By Adria Crutchfield, BRHP Executive Director and Tisha Guthrie, Bolton House Residents Association and Baltimore City Affordable Housing Trust Fund Commissioner

As the weather turns cold in the final days of Mayor Jack Young’s tenure, he faces a critical opportunity to do something permanent for persons experiencing homelessness. 

You have to have been living under a rock the last 10 months to not know that a home – a roof over one’s head – is critical health care during the COVID-19 pandemic.  It is crucial and irreplaceable protection from the virus.    

Therefore, you would think that every local elected leader would be trying to create more housing to ensure that each of their residents had this kind of protection.

Not so with Mayor Bernard C. “Jack” Young. 

In the waning days of his term, Mayor Young was presented with three opportunities to protect the lives of Baltimore City residents facing homelessness.  The first was an emergency response, the second was preventative, and the third is a permanent solution to homelessness. 

One would think he would jump on all three.  Not so.  Mayor Young has agreed to the first two, but is inexplicably resistant to the third.

Mayor Young should think again.

The emergency response – demanded by advocacy coalition Housing Our Neighbors – was to extend hotel space for people experiencing homelessness.  This was after the City had suggested  it would return the hundreds of seniors and other high-risk persons experiencing homelessness to large congregate shelters during December.  The suggestion was indisputably bad policy.  Large congregate shelters are the perfect breeding ground for the virus, which was why the City initially moved  people into hotels last spring.  We are grateful Mayor reversed course and has agreed to extend the hotel stays.

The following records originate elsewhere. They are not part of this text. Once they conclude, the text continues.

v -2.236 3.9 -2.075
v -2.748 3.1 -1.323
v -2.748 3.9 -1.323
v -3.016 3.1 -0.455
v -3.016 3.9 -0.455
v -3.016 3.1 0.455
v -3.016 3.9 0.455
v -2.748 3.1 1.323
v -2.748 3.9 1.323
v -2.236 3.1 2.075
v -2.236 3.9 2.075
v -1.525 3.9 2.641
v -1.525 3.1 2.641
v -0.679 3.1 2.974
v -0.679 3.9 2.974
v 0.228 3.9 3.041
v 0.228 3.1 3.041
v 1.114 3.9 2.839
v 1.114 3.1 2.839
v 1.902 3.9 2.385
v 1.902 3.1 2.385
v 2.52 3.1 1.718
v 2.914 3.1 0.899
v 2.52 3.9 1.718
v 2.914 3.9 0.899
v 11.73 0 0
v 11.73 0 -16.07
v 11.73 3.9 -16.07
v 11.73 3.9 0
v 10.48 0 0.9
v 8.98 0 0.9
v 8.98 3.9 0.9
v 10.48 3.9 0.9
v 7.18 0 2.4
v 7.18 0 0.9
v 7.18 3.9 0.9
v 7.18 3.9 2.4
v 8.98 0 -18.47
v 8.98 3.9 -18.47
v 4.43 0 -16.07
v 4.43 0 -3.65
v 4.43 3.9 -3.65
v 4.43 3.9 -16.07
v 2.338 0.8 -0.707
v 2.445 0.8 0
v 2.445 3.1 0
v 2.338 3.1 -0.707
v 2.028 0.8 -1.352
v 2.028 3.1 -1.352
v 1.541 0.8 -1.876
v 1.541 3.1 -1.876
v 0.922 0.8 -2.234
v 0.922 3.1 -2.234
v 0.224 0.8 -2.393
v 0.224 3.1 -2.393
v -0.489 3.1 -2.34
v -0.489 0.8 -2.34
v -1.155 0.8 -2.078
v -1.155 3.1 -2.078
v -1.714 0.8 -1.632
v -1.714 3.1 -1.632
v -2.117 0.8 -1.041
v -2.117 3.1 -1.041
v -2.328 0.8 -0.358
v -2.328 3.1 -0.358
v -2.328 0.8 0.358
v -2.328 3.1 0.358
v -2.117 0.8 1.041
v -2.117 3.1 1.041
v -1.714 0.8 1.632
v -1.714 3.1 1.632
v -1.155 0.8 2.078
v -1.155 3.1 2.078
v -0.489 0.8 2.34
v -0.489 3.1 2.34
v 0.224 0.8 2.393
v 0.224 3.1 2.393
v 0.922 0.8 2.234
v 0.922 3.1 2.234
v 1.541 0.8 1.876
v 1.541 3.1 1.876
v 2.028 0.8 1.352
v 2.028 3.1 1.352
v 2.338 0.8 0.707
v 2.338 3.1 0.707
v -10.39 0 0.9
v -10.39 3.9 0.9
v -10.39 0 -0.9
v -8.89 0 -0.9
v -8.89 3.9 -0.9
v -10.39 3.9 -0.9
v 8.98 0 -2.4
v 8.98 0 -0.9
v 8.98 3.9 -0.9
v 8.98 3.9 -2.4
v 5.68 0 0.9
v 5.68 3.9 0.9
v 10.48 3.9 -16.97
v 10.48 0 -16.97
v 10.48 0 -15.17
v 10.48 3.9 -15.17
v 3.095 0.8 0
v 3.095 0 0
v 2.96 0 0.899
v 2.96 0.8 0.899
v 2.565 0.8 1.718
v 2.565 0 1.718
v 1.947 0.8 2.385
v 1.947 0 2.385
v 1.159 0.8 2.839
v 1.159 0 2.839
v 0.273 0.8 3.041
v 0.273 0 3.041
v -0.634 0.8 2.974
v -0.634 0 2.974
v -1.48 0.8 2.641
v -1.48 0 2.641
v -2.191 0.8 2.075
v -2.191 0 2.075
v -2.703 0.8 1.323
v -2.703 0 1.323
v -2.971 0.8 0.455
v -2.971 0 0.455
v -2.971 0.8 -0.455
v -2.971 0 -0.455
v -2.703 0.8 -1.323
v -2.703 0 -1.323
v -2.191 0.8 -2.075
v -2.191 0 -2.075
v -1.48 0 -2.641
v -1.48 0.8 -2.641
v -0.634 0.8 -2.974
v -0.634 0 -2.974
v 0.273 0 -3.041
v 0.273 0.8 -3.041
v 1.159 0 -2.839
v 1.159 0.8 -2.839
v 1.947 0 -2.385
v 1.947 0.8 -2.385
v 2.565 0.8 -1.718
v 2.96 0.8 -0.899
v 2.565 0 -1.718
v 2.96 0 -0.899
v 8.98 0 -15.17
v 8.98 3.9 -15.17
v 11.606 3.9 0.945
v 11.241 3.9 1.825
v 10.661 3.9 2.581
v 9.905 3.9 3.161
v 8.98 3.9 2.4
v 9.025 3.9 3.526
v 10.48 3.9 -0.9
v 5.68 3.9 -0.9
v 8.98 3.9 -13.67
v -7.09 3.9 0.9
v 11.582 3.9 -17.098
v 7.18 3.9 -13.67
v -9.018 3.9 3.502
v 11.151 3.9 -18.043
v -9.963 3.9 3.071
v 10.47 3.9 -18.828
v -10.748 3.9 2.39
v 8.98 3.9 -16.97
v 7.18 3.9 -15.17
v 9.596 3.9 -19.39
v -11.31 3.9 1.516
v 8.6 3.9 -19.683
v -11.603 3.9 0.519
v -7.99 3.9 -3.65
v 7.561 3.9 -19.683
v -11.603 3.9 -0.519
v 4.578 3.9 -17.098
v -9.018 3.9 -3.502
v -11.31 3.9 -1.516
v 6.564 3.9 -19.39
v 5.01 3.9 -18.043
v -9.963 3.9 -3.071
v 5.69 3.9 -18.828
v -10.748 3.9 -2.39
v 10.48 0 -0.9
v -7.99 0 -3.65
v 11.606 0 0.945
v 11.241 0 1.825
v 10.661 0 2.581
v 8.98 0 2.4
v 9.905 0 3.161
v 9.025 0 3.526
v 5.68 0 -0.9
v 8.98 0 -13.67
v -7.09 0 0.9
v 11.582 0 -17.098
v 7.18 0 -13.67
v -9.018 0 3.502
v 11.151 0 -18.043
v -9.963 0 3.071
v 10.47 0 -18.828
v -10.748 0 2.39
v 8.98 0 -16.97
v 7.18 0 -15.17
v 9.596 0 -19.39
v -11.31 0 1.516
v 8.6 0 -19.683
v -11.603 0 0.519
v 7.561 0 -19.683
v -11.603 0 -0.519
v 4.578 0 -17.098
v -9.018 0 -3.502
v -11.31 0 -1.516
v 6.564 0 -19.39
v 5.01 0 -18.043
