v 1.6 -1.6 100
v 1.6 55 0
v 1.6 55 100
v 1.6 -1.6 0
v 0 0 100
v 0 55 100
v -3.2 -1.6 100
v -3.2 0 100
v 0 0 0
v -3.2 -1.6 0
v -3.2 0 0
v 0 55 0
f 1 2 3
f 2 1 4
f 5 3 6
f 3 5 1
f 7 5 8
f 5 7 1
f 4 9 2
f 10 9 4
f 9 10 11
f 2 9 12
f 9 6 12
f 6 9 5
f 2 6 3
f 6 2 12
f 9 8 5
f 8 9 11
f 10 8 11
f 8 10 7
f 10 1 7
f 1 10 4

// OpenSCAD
dicke=1.6; //4 x 0.4mm Nozzle
tiefe=55; //?
hoehe=100;

cube([dicke,tiefe,hoehe]);

//Irgendeinen Halter daraus machen z.B. Stifte, Kopfhörer, Kabel, Kassette, ...

//Front
breite=dicke*2; //~3mm

translate([-breite,-dicke,0])
cube([breite+dicke, dicke, hoehe]);
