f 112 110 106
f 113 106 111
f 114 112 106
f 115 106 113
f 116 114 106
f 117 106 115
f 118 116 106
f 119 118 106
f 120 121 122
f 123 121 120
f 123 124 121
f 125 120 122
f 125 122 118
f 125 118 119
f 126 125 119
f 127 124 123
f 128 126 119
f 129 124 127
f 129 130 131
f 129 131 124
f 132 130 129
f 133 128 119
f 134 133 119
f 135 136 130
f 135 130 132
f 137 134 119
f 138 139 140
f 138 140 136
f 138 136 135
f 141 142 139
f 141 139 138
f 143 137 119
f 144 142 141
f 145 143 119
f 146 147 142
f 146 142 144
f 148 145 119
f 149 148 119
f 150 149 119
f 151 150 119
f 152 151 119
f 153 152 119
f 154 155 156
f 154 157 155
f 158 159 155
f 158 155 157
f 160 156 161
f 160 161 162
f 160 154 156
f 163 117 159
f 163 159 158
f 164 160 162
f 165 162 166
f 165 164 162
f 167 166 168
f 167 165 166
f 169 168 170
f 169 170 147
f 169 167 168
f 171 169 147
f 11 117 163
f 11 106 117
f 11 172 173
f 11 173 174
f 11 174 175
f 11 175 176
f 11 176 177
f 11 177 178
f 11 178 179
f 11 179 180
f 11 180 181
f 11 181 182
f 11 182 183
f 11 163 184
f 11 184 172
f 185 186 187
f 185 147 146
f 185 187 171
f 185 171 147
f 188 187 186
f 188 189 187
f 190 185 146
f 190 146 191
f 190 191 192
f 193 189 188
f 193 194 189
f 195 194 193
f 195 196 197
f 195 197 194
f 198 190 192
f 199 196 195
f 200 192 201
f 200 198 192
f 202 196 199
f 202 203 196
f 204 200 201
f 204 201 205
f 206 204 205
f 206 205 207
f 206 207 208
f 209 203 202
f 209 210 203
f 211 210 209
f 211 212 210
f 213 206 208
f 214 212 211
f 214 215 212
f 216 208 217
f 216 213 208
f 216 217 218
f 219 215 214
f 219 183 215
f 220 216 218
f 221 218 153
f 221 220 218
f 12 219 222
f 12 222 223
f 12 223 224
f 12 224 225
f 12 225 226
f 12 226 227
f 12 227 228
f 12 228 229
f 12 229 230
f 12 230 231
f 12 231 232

The preventative response focused on the impending eviction crisis.  The more evictions, the higher number of persons facing homelessness in the City.  So, the City Council passed legislation ensuring that any low-income tenant in the City would have a lawyer.  Again, we are grateful Mayor Young signed this important legislation making Baltimore City the 7th jurisdiction in the country to ensure a right to counsel in eviction cases.

But what Mayor Young has missed is the permanent solution.  Luckily, the City Council didn’t.  Last month, the Council unanimously passed Council Bill 20-0592, to create a locally-funded housing voucher program to create more of that critical life-saving affordable housing for City residents.  The Mayor should have rushed to sign the bill.  Instead, he has been silent.  Why?

Does the City lack the funding for a local voucher program?  No.  The money for the voucher program will come from the voter-approved and already-funded Affordable Housing Trust Fund.

Is a local voucher program a best-practice?  Absolutely.  Indeed, the federal government has recommended that local communities create local voucher programs of the type the City Council passed here.

Have other local jurisdictions created local voucher programs?  Yes, hundreds of them.  The National Low Income Housing Coalition reported in 2014 that 313 state and local jurisdictions had created local housing voucher programs. Baltimore City would be far from alone.

Are there other programs and organizations willing to help the City launch this effort?  Yes.  The Baltimore Regional Housing Partnership, a nationally recognized leader and operator of a regional voucher program, has already offered to serve as a resource to the City for this new program, among others.

So, if the City has the money, the program is a best-practice, hundreds of other jurisdictions do it and there are local partners to help, why would Mayor Young refuse to sign the bill? 

Maybe his refusal is rooted in spite?  Perhaps he is getting bad advice?  In truth, we do not know the reason, but it cannot be a good one. 

The Mayor has all the power to take a major step to reduce homelessness – and protect even more lives of City residents.  He must take it.